No setimo pertende a liberdade de admitir alguns Officiais Estrangeiros na quella Fabricam, o que parece atendivel em qanto nella não formarem artifices nacionaes capazes de os substituirem.

No oitavo pee a izenção de direitos, de todas as obras que se fabricarem na quella Fabrica tanto para o consumo do Reino, como para as Conquistas, assim como a franquia de direitos de todos os materiais, e instrumentos que carecer mandar vir defora do Reino, tudo por tempo de vinte annos .

Sendo este hum meio em que costumão animar semelhantes estabelecimentos, e que sua Magestade tem concedido a outras manufacturas estabelecidas no Reino; não hesita a Direcção neste ponto modificando-se porém aquelle espaço de tempo, ao limite de doze annos , e a que esta graça se entenda nos Portos deste Reino, e de nenhuma forma nos dominios ultramarinos.

No nono Artigo pertende o privilgio excluzivo deste ramo de trafico por tempo de 20 annos , alegando para isso a ruina a que se expoem se houver outro concurrente que a sua imitação intende estabelecer outra semelhante Fabrica: E porque nesta exluziva se involve hum monopólio que sufocará a ampliação e progressos desta manufactura: Parece a esta Direcção que attendidas as grandes despezas que becessariamente deve fazer neste estabelecimento fique livre a outros quaesquer Vaçalhos de Sua Magestade , erigirão privilegios ue o expoente pertende, para que na igual concurrencia lhe não prejudiquem as obras que manufacturar na sua ditta Fabrica, depois de examinado, estabelecer-se com hum ou dous Teares na sua própria caza; e nelles trabalhar por conta do mencionado Mestre, ou pela sua propria , e neste segundo cazo também não gozará dos privilegios concedidos a Fabrica Suplicante. Pelo mesmo Artigo pertede fazer pagamento com os mencionados Teares no cazo de se lhe diminuir o tempo sw 20 annos que pede; o que não deve nem merece ser attendido, considerado o deplorável estado a que elles no fim da quelle tempo, se acharão reduzidos.

No decimo Artigo pertende a ajuda de custo de 2:000$000 de reis a que temos respondido pelas reflexoens feitas ao segundo e terceiro artigo.

No decimo primeiro pertende o domino util, e direito da mesma Fabrica para elle , e seus suceçores no que não pode haver duvida depois de satisfeita a Fazenda Real.

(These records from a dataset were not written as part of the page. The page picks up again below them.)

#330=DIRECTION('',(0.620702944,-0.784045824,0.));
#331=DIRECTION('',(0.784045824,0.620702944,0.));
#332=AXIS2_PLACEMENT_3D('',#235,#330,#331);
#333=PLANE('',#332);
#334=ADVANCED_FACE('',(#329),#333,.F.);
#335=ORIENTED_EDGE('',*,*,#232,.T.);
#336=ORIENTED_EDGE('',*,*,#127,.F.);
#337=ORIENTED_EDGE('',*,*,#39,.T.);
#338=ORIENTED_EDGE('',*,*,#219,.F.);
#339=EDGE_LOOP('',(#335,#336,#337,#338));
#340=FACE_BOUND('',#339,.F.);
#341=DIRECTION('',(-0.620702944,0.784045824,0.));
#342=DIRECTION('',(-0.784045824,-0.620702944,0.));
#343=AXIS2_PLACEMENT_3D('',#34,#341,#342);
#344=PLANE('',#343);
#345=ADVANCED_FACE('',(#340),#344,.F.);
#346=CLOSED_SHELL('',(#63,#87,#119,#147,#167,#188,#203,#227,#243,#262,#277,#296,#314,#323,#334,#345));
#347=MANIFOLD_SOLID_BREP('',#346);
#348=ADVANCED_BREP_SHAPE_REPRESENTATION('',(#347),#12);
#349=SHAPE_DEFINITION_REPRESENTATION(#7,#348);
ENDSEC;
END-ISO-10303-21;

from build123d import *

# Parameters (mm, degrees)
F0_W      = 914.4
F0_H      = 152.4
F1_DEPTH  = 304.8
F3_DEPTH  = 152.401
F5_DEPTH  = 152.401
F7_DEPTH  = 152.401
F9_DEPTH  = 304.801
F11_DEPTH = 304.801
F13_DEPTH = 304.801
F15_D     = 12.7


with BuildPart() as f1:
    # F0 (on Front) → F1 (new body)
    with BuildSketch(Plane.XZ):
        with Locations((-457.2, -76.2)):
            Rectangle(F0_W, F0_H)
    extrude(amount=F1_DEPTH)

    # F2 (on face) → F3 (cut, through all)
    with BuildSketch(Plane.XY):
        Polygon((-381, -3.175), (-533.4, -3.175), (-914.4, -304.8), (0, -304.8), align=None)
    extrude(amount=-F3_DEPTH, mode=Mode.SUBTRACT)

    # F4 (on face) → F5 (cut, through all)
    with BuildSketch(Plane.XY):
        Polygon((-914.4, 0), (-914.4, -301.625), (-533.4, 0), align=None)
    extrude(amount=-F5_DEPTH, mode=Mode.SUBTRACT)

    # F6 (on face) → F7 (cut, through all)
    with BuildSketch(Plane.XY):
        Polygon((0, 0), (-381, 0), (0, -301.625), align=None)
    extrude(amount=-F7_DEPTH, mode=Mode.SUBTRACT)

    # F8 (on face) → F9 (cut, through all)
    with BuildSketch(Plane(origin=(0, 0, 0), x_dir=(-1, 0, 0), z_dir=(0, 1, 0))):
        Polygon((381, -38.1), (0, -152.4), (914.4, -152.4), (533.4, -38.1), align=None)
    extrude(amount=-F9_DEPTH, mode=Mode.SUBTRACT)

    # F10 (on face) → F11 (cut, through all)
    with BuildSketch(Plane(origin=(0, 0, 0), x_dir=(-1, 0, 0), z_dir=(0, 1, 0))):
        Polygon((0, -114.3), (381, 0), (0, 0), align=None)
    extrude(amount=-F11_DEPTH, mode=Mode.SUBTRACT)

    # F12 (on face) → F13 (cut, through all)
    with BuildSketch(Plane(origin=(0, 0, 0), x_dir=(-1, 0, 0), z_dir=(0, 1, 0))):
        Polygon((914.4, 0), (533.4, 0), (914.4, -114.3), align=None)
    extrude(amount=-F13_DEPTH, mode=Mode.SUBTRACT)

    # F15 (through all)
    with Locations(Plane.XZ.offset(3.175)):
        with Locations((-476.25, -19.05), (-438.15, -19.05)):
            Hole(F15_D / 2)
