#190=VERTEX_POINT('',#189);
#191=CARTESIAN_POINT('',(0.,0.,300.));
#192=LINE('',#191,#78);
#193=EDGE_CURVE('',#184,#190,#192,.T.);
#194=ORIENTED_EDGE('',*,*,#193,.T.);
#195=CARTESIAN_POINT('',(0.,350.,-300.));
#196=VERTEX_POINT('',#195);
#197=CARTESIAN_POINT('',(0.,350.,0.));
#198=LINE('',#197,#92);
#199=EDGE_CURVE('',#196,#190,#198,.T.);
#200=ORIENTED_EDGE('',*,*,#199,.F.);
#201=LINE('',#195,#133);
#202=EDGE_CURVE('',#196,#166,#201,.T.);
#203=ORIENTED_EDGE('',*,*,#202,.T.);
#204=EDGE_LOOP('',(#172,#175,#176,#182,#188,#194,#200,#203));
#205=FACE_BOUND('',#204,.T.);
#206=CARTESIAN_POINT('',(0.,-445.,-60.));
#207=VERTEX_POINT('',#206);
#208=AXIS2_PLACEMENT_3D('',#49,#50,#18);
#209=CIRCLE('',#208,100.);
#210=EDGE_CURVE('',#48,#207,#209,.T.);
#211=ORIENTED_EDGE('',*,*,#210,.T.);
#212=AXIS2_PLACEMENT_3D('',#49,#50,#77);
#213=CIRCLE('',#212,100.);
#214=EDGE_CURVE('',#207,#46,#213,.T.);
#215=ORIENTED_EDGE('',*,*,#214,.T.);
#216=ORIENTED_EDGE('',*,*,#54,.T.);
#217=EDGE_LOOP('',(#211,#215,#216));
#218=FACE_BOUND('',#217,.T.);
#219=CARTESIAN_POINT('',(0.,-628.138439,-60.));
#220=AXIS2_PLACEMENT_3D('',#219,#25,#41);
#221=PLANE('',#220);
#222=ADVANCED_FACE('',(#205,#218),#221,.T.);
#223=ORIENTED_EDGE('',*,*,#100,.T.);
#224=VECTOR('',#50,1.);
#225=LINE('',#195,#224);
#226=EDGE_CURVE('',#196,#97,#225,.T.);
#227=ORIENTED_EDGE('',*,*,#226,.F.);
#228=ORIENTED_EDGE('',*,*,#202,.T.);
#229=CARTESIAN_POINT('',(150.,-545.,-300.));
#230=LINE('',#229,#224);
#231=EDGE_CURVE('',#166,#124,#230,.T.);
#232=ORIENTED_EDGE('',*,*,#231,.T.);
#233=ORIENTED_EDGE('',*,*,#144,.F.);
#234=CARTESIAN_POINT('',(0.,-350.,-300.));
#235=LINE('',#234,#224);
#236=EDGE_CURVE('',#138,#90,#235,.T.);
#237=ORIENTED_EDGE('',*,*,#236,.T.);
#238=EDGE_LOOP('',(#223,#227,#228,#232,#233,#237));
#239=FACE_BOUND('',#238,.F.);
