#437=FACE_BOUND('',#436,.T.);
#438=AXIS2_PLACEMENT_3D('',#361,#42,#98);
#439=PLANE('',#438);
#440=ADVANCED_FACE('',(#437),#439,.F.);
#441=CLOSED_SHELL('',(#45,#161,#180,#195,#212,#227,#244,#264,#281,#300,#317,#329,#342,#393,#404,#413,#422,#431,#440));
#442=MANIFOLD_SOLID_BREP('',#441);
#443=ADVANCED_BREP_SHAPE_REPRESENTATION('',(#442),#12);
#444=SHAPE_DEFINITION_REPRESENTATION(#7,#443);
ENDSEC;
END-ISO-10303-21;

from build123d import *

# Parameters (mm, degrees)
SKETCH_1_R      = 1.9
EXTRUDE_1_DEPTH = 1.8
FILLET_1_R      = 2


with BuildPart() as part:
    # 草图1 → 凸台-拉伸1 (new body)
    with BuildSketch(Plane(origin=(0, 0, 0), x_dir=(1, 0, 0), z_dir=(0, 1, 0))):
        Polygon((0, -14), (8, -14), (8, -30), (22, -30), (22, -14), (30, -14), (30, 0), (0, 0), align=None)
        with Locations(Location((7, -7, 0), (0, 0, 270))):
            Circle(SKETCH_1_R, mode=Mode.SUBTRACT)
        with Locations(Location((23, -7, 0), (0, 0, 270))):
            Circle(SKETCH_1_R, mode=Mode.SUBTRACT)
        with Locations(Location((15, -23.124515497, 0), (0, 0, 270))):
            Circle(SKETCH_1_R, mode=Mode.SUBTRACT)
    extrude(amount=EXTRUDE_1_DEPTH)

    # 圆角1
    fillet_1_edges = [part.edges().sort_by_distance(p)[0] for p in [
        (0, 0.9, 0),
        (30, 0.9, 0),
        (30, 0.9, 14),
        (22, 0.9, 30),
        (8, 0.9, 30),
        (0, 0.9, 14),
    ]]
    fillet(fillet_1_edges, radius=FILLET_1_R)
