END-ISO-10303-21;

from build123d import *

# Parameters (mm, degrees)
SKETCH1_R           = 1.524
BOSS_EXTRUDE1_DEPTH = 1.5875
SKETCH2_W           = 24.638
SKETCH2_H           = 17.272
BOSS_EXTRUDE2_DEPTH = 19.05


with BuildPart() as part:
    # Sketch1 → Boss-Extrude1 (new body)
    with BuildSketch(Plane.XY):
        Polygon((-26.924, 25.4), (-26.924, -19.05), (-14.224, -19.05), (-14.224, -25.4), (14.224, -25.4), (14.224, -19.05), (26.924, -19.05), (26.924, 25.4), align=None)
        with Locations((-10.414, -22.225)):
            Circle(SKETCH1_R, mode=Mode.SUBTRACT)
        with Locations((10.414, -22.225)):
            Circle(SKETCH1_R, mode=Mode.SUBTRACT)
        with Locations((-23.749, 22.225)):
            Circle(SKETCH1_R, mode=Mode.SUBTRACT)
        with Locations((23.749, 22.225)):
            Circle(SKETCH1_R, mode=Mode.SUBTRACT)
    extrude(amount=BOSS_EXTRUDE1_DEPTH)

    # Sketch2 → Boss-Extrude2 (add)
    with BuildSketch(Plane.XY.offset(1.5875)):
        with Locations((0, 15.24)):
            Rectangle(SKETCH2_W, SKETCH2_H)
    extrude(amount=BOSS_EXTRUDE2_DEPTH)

O referido Noel Le Maitre , rezide há perto de onze annos nesta Real Fabrica das Sêdas com o emprêgo de Mestre da manufactura desta meyas de seda, sempre com boa reputação e credito, e tem chegado ao ponto de perfeição em que elle se acha; e dezejando por em pratica o prezente progecto, tem mandado vir de França o seu Irmão João Le Maitre , igualmente perito na mesma Arte, o qual já se acha em Lisboa, e se obriga a que oseu mencionado Irmão desempenhe pontualmente em Thomar o proposto nas suas condições afim de que se não atrazem os bons estabelecimentos, em que se acha a Real Fabrica desta Corte.

Se Sua Magestade for servido admitir o presente progecto com as modificações ponderadas, ou com as mais ampliaçoems que forem do Real agrado do mesmo Senhor se reduzirão a forma mais mais legal, os Artigos e Condiçoems de seus ajustes, e se darão em consequencia por esta Direcção as Instruções, Ordens, e Regulamentos que parecerem mais convenientes para o sólido estabelecimento dest Fabrica, que tudo exporemos na Prezença de Vossa Excellencia para Obterem a Confirmação de Sua Magestade .

Lisboa, em Direcção da Real Fabrica de Sedas, e suas Dependencias a 15 de Novembro de 1771.